- City: Jackson, Mississippi
- League: East Coast Hockey League
- Founded: 1997
- Operated: 1999–2003
- Home arena: Mississippi Coliseum

Franchise history
- 1997–1999: Chesapeake Icebreakers
- 1999–2003: Jackson Bandits

= Jackson Bandits =

Defunct minor professional ice hockey team

The Jackson Bandits were a minor league professional ice hockey team and member of the East Coast Hockey League (ECHL). The Bandits played at the Mississippi Coliseum in Jackson, Mississippi between 1999 and 2003. Previously the franchise played as the Chesapeake Icebreakers in Upper Marlboro, Maryland prior to their relocation following the 1998–99 season.

After being purchased in 1999 by a company called Mississippi Indoor Sports headed by majority owners and Mississippi businessmen Bernie Ebbers, the then MCI WorldCom president and CEO, and J.L. Holloway, the then president and CEO of Friede-Goldman International, the franchise was moved to Jackson, Mississippi, and began playing home games at the Mississippi Coliseum. The team was renamed the Jackson Bandits in reference to outlaws famous for robbing wealthy travelers along the Natchez Trace in the 19th century.

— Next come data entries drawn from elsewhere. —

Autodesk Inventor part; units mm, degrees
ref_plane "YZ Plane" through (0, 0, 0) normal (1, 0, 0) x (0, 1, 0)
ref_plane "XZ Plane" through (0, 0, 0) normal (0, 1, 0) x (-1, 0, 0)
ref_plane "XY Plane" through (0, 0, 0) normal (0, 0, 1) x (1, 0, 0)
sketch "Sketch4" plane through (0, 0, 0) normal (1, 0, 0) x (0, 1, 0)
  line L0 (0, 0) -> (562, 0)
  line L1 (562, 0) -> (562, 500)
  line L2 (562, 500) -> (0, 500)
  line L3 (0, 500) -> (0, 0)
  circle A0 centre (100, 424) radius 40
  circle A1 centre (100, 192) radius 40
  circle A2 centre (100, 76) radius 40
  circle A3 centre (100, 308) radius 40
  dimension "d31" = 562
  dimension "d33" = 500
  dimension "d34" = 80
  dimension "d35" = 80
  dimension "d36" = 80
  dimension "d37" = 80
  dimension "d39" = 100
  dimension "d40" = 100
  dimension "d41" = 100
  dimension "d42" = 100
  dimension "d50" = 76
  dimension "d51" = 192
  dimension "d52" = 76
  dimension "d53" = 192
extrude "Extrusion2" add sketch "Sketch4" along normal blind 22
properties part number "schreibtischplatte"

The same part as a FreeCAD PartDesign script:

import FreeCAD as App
import Part
import Sketcher

V = App.Vector
Q = App.Units.Quantity

doc = App.newDocument("Part")
params = doc.addObject("Spreadsheet::Sheet", "Params")
for row, (alias, value) in enumerate([
    ("sketch1_diameter", "80 mm"),
    ("sketch1_width", "562 mm"),
    ("sketch1_height", "500 mm"),
    ("pad1_length", "22 mm"),
], start=1):
    params.set(f"A{row}", alias)
    params.set(f"B{row}", "=" + value)
    params.setAlias(f"B{row}", alias)

body = doc.addObject("PartDesign::Body", "Body")

sketch1 = body.newObject("Sketcher::SketchObject", "Sketch")
sketch1.AttachmentSupport = (doc.getObject("YZ_Plane"), [""])
sketch1.MapMode = "FlatFace"
sketch1.addGeometry(Part.LineSegment(V(0, 500, 0), V(0, 0, 0)), False)
sketch1.addGeometry(Part.LineSegment(V(0, 0, 0), V(562, 0, 0)), False)
sketch1.addGeometry(Part.LineSegment(V(562, 0, 0), V(562, 500, 0)), False)
sketch1.addGeometry(Part.LineSegment(V(562, 500, 0), V(0, 500, 0)), False)
sketch1.addGeometry(Part.Circle(V(100, 76, 0), V(0, 0, 1), 40), False)
sketch1.addGeometry(Part.Circle(V(100, 192, 0), V(0, 0, 1), 40), False)
sketch1.addGeometry(Part.Circle(V(100, 308, 0), V(0, 0, 1), 40), False)
sketch1.addGeometry(Part.Circle(V(100, 424, 0), V(0, 0, 1), 40), False)
sketch1.addConstraint(Sketcher.Constraint("Coincident", 0, 2, 1, 1))
sketch1.addConstraint(Sketcher.Constraint("Coincident", 1, 2, 2, 1))
sketch1.addConstraint(Sketcher.Constraint("Coincident", 2, 2, 3, 1))
sketch1.addConstraint(Sketcher.Constraint("Coincident", 3, 2, 0, 1))
sketch1.addConstraint(Sketcher.Constraint("Vertical", 0))
sketch1.addConstraint(Sketcher.Constraint("Horizontal", 1))
sketch1.addConstraint(Sketcher.Constraint("Vertical", 2))
sketch1.addConstraint(Sketcher.Constraint("Horizontal", 3))
sketch1.addConstraint(Sketcher.Constraint("Coincident", 0, 2, -1, 1))
sketch1.addConstraint(Sketcher.Constraint("Equal", 4, 5))
sketch1.addConstraint(Sketcher.Constraint("Equal", 5, 6))
sketch1.addConstraint(Sketcher.Constraint("Equal", 6, 7))
sketch1.addConstraint(Sketcher.Constraint("Vertical", 4, 3, 5, 3))
sketch1.addConstraint(Sketcher.Constraint("Vertical", 5, 3, 6, 3))
sketch1.addConstraint(Sketcher.Constraint("Vertical", 6, 3, 7, 3))
sketch1.addConstraint(Sketcher.Constraint("Diameter", 4, Q("80 mm")))
sketch1.addConstraint(Sketcher.Constraint("DistanceX", 1, 1, 1, 2, Q("562 mm")))
sketch1.addConstraint(Sketcher.Constraint("DistanceY", 0, 2, 0, 1, Q("500 mm")))
sketch1.addConstraint(Sketcher.Constraint("DistanceX", -1, 1, 4, 3, Q("100 mm")))
sketch1.addConstraint(Sketcher.Constraint("DistanceY", -1, 1, 4, 3, Q("76 mm")))
sketch1.addConstraint(Sketcher.Constraint("DistanceY", -1, 1, 5, 3, Q("192 mm")))
sketch1.addConstraint(Sketcher.Constraint("DistanceY", 7, 3, 2, 2, Q("76 mm")))
sketch1.addConstraint(Sketcher.Constraint("DistanceY", 6, 3, 2, 2, Q("192 mm")))
sketch1.setExpression("Constraints[15]", "Params.sketch1_diameter")
sketch1.setExpression("Constraints[16]", "Params.sketch1_width")
sketch1.setExpression("Constraints[17]", "Params.sketch1_height")
pad1 = body.newObject("PartDesign::Pad", "Pad")
pad1.Profile = sketch1
pad1.setExpression("Length", "Params.pad1_length")

doc.recompute()
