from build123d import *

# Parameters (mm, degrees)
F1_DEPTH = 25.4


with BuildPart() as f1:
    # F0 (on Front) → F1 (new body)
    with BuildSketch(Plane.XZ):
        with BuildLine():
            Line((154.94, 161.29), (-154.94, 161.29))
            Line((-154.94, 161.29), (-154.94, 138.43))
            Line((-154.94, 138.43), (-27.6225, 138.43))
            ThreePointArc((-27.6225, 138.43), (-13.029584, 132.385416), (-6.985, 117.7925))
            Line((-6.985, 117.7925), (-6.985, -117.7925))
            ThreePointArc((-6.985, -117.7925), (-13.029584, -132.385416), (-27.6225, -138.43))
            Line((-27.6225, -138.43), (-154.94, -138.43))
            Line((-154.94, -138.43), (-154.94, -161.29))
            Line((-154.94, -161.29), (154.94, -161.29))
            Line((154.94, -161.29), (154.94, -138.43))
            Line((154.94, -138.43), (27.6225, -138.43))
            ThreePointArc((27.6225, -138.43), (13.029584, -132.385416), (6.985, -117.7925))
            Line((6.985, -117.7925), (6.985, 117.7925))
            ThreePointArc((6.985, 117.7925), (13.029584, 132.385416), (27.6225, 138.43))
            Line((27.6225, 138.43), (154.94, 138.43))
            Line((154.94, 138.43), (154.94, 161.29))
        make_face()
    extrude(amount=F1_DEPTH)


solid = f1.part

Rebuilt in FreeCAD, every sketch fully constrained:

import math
import FreeCAD as App
import Part
import Sketcher
from FreeCAD import Vector
Q = App.Units.Quantity

doc = App.newDocument("Part")
body = doc.addObject("PartDesign::Body", "Body")

sketch1 = body.newObject("Sketcher::SketchObject", "Sketch")
sketch1.AttachmentSupport = (doc.getObject("XZ_Plane"), [""])
sketch1.MapMode = "FlatFace"
sketch1.addGeometry(Part.LineSegment(Vector(154.94, 161.29, 0), Vector(-154.94, 161.29, 0)), False)
sketch1.addGeometry(Part.LineSegment(Vector(-154.94, 161.29, 0), Vector(-154.94, 138.43, 0)), False)
sketch1.addGeometry(Part.LineSegment(Vector(-154.94, 138.43, 0), Vector(-27.6225, 138.43, 0)), False)
sketch1.addGeometry(Part.ArcOfCircle(Part.Circle(Vector(-27.622501, 117.792499, 0), Vector(0, 0, 1), 20.637501), math.radians(0.000002), math.radians(89.999998)), False)
sketch1.addGeometry(Part.LineSegment(Vector(-6.985, 117.7925, 0), Vector(-6.985, -117.7925, 0)), False)
sketch1.addGeometry(Part.ArcOfCircle(Part.Circle(Vector(-27.622501, -117.792499, 0), Vector(0, 0, 1), 20.637501), math.radians(-89.999998), math.radians(-0.000002)), False)
sketch1.addGeometry(Part.LineSegment(Vector(-27.6225, -138.43, 0), Vector(-154.94, -138.43, 0)), False)
sketch1.addGeometry(Part.LineSegment(Vector(-154.94, -138.43, 0), Vector(-154.94, -161.29, 0)), False)
sketch1.addGeometry(Part.LineSegment(Vector(-154.94, -161.29, 0), Vector(154.94, -161.29, 0)), False)
sketch1.addGeometry(Part.LineSegment(Vector(154.94, -161.29, 0), Vector(154.94, -138.43, 0)), False)
sketch1.addGeometry(Part.LineSegment(Vector(154.94, -138.43, 0), Vector(27.6225, -138.43, 0)), False)
sketch1.addGeometry(Part.ArcOfCircle(Part.Circle(Vector(27.622501, -117.792499, 0), Vector(0, 0, 1), 20.637501), math.radians(-179.999998), math.radians(-90.000002)), False)
sketch1.addGeometry(Part.LineSegment(Vector(6.985, -117.7925, 0), Vector(6.985, 117.7925, 0)), False)
sketch1.addGeometry(Part.ArcOfCircle(Part.Circle(Vector(27.622501, 117.792499, 0), Vector(0, 0, 1), 20.637501), math.radians(90.000002), math.radians(179.999998)), False)
sketch1.addGeometry(Part.LineSegment(Vector(27.6225, 138.43, 0), Vector(154.94, 138.43, 0)), False)
sketch1.addGeometry(Part.LineSegment(Vector(154.94, 138.43, 0), Vector(154.94, 161.29, 0)), False)
sketch1.addConstraint(Sketcher.Constraint("Coincident", 0, 2, 1, 1))
sketch1.addConstraint(Sketcher.Constraint("Coincident", 1, 2, 2, 1))
sketch1.addConstraint(Sketcher.Constraint("Tangent", 2, 2, 3, 2))
sketch1.addConstraint(Sketcher.Constraint("Tangent", 3, 1, 4, 1))
sketch1.addConstraint(Sketcher.Constraint("Tangent", 4, 2, 5, 2))
sketch1.addConstraint(Sketcher.Constraint("Tangent", 5, 1, 6, 1))
sketch1.addConstraint(Sketcher.Constraint("Coincident", 6, 2, 7, 1))
sketch1.addConstraint(Sketcher.Constraint("Coincident", 7, 2, 8, 1))
sketch1.addConstraint(Sketcher.Constraint("Coincident", 8, 2, 9, 1))
sketch1.addConstraint(Sketcher.Constraint("Coincident", 9, 2, 10, 1))
sketch1.addConstraint(Sketcher.Constraint("Tangent", 10, 2, 11, 2))
sketch1.addConstraint(Sketcher.Constraint("Tangent", 11, 1, 12, 1))
sketch1.addConstraint(Sketcher.Constraint("Tangent", 12, 2, 13, 2))
sketch1.addConstraint(Sketcher.Constraint("Tangent", 13, 1, 14, 1))
sketch1.addConstraint(Sketcher.Constraint("Coincident", 14, 2, 15, 1))
sketch1.addConstraint(Sketcher.Constraint("Coincident", 15, 2, 0, 1))
sketch1.addConstraint(Sketcher.Constraint("Horizontal", 0))
sketch1.addConstraint(Sketcher.Constraint("Vertical", 1))
sketch1.addConstraint(Sketcher.Constraint("Horizontal", 2))
sketch1.addConstraint(Sketcher.Constraint("Vertical", 4))
sketch1.addConstraint(Sketcher.Constraint("Horizontal", 6))
sketch1.addConstraint(Sketcher.Constraint("Vertical", 7))
sketch1.addConstraint(Sketcher.Constraint("Horizontal", 8))
sketch1.addConstraint(Sketcher.Constraint("Vertical", 9))
sketch1.addConstraint(Sketcher.Constraint("Horizontal", 10))
sketch1.addConstraint(Sketcher.Constraint("Vertical", 12))
sketch1.addConstraint(Sketcher.Constraint("Horizontal", 14))
sketch1.addConstraint(Sketcher.Constraint("Vertical", 15))
sketch1.addConstraint(Sketcher.Constraint("Equal", 3, 5))
sketch1.addConstraint(Sketcher.Constraint("Equal", 5, 11))
sketch1.addConstraint(Sketcher.Constraint("Equal", 11, 13))
sketch1.addConstraint(Sketcher.Constraint("Symmetric", 3, 3, 11, 3, -1, 1))
sketch1.addConstraint(Sketcher.Constraint("Symmetric", 0, 2, 8, 2, -1, 1))
sketch1.addConstraint(Sketcher.Constraint("Symmetric", 6, 2, 14, 2, -1, 1))
sketch1.addConstraint(Sketcher.Constraint("Symmetric", 6, 2, 9, 2, -2))
sketch1.addConstraint(Sketcher.Constraint("DistanceX", 0, 2, 0, 1, Q("12.2 in")))
sketch1.addConstraint(Sketcher.Constraint("DistanceY", 1, 2, 1, 1, Q("0.9 in")))
sketch1.addConstraint(Sketcher.Constraint("Radius", 3, Q("0.8125 in")))
sketch1.addConstraint(Sketcher.Constraint("DistanceY", 6, 2, 1, 2, Q("10.9 in")))
sketch1.addConstraint(Sketcher.Constraint("DistanceX", 4, 2, 11, 1, Q("0.55 in")))
pad1 = body.newObject("PartDesign::Pad", "Pad")
pad1.Profile = sketch1
pad1.Length = Q("1 in")

doc.recompute()
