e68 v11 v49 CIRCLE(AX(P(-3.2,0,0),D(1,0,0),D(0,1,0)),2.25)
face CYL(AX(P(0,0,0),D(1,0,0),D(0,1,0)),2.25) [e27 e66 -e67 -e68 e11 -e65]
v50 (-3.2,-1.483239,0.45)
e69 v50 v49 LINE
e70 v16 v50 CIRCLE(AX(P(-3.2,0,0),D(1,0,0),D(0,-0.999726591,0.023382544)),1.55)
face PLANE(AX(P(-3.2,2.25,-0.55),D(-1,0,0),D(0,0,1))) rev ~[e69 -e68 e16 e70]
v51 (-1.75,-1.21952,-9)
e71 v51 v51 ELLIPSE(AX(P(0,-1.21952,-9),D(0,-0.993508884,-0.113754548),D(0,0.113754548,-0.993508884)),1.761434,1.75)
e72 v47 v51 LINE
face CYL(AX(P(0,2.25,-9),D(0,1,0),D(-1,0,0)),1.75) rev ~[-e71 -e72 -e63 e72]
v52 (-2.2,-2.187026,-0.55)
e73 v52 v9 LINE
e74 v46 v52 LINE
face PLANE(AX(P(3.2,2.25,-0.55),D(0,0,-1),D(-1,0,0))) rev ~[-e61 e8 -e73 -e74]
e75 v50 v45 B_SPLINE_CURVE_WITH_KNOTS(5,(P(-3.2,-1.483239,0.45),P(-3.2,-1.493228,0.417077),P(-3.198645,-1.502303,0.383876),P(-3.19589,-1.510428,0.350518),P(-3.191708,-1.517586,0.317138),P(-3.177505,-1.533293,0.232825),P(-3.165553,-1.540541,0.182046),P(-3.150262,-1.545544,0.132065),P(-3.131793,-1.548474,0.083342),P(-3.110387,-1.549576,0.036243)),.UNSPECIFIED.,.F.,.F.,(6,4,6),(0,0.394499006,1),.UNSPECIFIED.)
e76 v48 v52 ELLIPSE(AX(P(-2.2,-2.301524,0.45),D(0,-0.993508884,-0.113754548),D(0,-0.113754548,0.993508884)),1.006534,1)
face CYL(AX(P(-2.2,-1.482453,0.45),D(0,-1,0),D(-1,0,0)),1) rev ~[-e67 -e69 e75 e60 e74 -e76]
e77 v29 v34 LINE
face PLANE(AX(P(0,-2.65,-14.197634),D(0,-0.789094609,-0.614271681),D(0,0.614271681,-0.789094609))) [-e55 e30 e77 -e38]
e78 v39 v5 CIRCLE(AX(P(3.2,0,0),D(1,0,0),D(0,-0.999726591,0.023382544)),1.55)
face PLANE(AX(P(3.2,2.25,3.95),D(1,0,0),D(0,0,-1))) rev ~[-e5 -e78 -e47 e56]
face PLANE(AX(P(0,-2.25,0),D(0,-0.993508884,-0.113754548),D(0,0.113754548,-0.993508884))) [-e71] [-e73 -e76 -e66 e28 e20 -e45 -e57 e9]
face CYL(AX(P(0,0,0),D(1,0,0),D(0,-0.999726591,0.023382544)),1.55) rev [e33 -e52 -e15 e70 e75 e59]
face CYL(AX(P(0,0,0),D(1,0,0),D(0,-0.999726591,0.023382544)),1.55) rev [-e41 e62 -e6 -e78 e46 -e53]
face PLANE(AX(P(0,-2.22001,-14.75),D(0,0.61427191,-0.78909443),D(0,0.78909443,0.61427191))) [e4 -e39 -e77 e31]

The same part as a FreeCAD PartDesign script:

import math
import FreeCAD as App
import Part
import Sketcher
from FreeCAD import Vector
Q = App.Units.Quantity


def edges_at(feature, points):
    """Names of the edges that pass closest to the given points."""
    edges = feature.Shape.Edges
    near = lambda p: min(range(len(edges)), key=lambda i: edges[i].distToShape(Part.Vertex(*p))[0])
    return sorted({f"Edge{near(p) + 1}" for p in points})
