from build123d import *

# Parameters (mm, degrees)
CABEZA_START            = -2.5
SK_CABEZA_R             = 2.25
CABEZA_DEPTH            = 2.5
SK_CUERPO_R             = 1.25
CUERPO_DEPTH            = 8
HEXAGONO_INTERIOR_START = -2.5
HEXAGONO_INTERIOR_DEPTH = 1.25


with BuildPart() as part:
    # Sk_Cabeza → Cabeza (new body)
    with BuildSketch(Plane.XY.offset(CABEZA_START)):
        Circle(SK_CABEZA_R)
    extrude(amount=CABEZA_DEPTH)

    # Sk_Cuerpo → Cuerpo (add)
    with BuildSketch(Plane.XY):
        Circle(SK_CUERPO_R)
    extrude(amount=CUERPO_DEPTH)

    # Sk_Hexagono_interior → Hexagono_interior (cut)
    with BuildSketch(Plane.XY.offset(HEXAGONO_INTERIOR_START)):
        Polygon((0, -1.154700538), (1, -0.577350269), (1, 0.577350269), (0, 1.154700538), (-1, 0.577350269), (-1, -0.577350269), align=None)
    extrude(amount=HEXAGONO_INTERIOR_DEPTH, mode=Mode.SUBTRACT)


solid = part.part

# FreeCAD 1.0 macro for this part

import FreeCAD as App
import Part
import Sketcher
from FreeCAD import Vector
Q = App.Units.Quantity

doc = App.newDocument("Part")
body = doc.addObject("PartDesign::Body", "Body")

sketch1 = doc.addObject("Sketcher::SketchObject", "Sketch")
body.addObject(sketch1)
sketch1.AttachmentSupport = (doc.XY_Plane, [""])
sketch1.MapMode = "FlatFace"
sketch1.AttachmentOffset = App.Placement(Vector(0, 0, -2.5), App.Rotation())
sketch1.addGeometry(Part.Circle(Vector(0, 0, 0), Vector(0, 0, 1), 2.2), False)
sketch1.addConstraint([
    Sketcher.Constraint("Coincident", 0, 3, -1, 1),
    Sketcher.Constraint("Diameter", 0, Q("4.5 mm")),
])
pad1 = doc.addObject("PartDesign::Pad", "Pad")
body.addObject(pad1)
pad1.Profile = sketch1
pad1.Length = 2.5

sketch2 = doc.addObject("Sketcher::SketchObject", "Sketch001")
body.addObject(sketch2)
sketch2.AttachmentSupport = (doc.XY_Plane, [""])
sketch2.MapMode = "FlatFace"
sketch2.addGeometry(Part.Circle(Vector(0, 0, 0), Vector(0, 0, 1), 1.2), False)
sketch2.addConstraint([
    Sketcher.Constraint("Coincident", 0, 3, -1, 1),
    Sketcher.Constraint("Diameter", 0, Q("2.5 mm")),
])
pad2 = doc.addObject("PartDesign::Pad", "Pad001")
body.addObject(pad2)
pad2.Profile = sketch2
pad2.Length = 8

sketch3 = doc.addObject("Sketcher::SketchObject", "Sketch002")
body.addObject(sketch3)
sketch3.AttachmentSupport = (doc.XY_Plane, [""])
sketch3.MapMode = "FlatFace"
sketch3.AttachmentOffset = App.Placement(Vector(0, 0, -2.5), App.Rotation())
sketch3.addGeometry([
    Part.LineSegment(Vector(0, -1.2, 0), Vector(1, -0.6, 0)),
    Part.LineSegment(Vector(1, -0.6, 0), Vector(1, 0.6, 0)),
    Part.LineSegment(Vector(1, 0.6, 0), Vector(0, 1.2, 0)),
    Part.LineSegment(Vector(0, 1.2, 0), Vector(-1, 0.6, 0)),
    Part.LineSegment(Vector(-1, 0.6, 0), Vector(-1, -0.6, 0)),
    Part.LineSegment(Vector(-1, -0.6, 0), Vector(0, -1.2, 0)),
], False)
sketch3.addConstraint([
    Sketcher.Constraint("Coincident", 0, 2, 1, 1),
    Sketcher.Constraint("Coincident", 1, 2, 2, 1),
    Sketcher.Constraint("Coincident", 2, 2, 3, 1),
    Sketcher.Constraint("Coincident", 3, 2, 4, 1),
    Sketcher.Constraint("Coincident", 4, 2, 5, 1),
    Sketcher.Constraint("Coincident", 5, 2, 0, 1),
    Sketcher.Constraint("Vertical", 1),
    Sketcher.Constraint("Vertical", 4),
    Sketcher.Constraint("Symmetric", 0, 2, 3, 2, -1, 1),
    Sketcher.Constraint("Symmetric", 2, 2, 5, 2, -1, 1),
    Sketcher.Constraint("PointOnObject", 2, 2, -2),
    Sketcher.Constraint("Parallel", 2, 5),
    Sketcher.Constraint("Horizontal", 1, 2, 3, 2),
    Sketcher.Constraint("Angle", 0, Q("30 deg")),
    Sketcher.Constraint("DistanceX", -1, 1, 0, 2, Q("1 mm")),
    Sketcher.Constraint("DistanceY", 1, 1, 1, 2, Q("1.154701 mm")),
])
pocket1 = doc.addObject("PartDesign::Pocket", "Pocket")
body.addObject(pocket1)
pocket1.Profile = sketch3
pocket1.Length = 1.25
pocket1.Reversed = True

doc.recompute()
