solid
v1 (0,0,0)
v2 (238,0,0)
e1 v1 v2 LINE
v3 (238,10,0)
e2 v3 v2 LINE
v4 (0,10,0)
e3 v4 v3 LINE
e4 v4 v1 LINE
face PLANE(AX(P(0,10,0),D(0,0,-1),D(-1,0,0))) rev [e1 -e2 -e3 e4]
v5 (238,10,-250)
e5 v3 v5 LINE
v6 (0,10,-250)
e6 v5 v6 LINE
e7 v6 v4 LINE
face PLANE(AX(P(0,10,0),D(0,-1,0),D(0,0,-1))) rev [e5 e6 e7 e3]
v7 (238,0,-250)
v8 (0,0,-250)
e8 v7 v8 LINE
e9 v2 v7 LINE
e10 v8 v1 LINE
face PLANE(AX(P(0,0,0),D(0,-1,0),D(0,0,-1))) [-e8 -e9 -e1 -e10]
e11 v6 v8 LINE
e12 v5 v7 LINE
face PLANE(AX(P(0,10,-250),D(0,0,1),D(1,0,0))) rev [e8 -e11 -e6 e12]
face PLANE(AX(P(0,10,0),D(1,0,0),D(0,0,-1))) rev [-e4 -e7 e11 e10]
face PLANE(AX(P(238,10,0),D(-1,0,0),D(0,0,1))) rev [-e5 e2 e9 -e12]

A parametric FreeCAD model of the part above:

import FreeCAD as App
import Part
import Sketcher

V = App.Vector
Q = App.Units.Quantity


def add_polygon(sketch, points):
    """Adds a closed chain of lines whose ends are joined by coincident constraints."""
    first, n = sketch.GeometryCount, len(points)
    for a, b in zip(points, points[1:] + points[:1]):
        sketch.addGeometry(Part.LineSegment(App.Vector(*a, 0), App.Vector(*b, 0)), False)
    for i in range(n):
        sketch.addConstraint(Sketcher.Constraint("Coincident", first + i, 2, first + (i + 1) % n, 1))

doc = App.newDocument("Part")
body = doc.addObject("PartDesign::Body", "Body")

sketch1 = body.newObject("Sketcher::SketchObject", "Sketch")
sketch1.AttachmentSupport = (doc.getObject("XZ_Plane"), [""])
sketch1.MapMode = "FlatFace"
add_polygon(sketch1, [(0, -250), (0, 0), (238, 0), (238, -250)])
sketch1.addConstraint(Sketcher.Constraint("Vertical", 0))
sketch1.addConstraint(Sketcher.Constraint("Horizontal", 1))
sketch1.addConstraint(Sketcher.Constraint("Vertical", 2))
sketch1.addConstraint(Sketcher.Constraint("Horizontal", 3))
sketch1.addConstraint(Sketcher.Constraint("Coincident", 0, 2, -1, 1))
sketch1.addConstraint(Sketcher.Constraint("DistanceX", 1, 1, 1, 2, Q("238 mm")))
sketch1.addConstraint(Sketcher.Constraint("DistanceY", 0, 1, 0, 2, Q("250 mm")))
pad1 = body.newObject("PartDesign::Pad", "Pad")
pad1.Profile = sketch1
pad1.Length = 10
pad1.Reversed = True

doc.recompute()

Derek Clancey, a former Chesapeake Icebreakers' star and eight-year veteran minor-league player, was named head coach and director of hockey operations, positions he would hold during the franchise's entire existence in Jackson.

Ebbers' interest in the Bandits was bought out by local businessmen/investors in 2002, shortly after his resignation as President/CEO of WorldCom. The new ownership group included Holloway, Brian Fenelon, Billy Mounger III, and Isaac Byrd.

After declining attendance and unsuccessful attempts to get a new arena built, the Bandits ceased operations in 2003 after the ECHL denied the team's request to suspend operations for a year.

==Playoffs==
- 1999–00: Did not qualify.
- 2000–01: Lost to Mobile 3-2 in first round.
- 2001–02: Defeated New Orleans 1-0 in first round; defeated Louisiana 3-2 in second round; lost to Mississippi 3-0 in quarterfinals.
- 2002–03: Lost to Pensacola 1-0 in first round.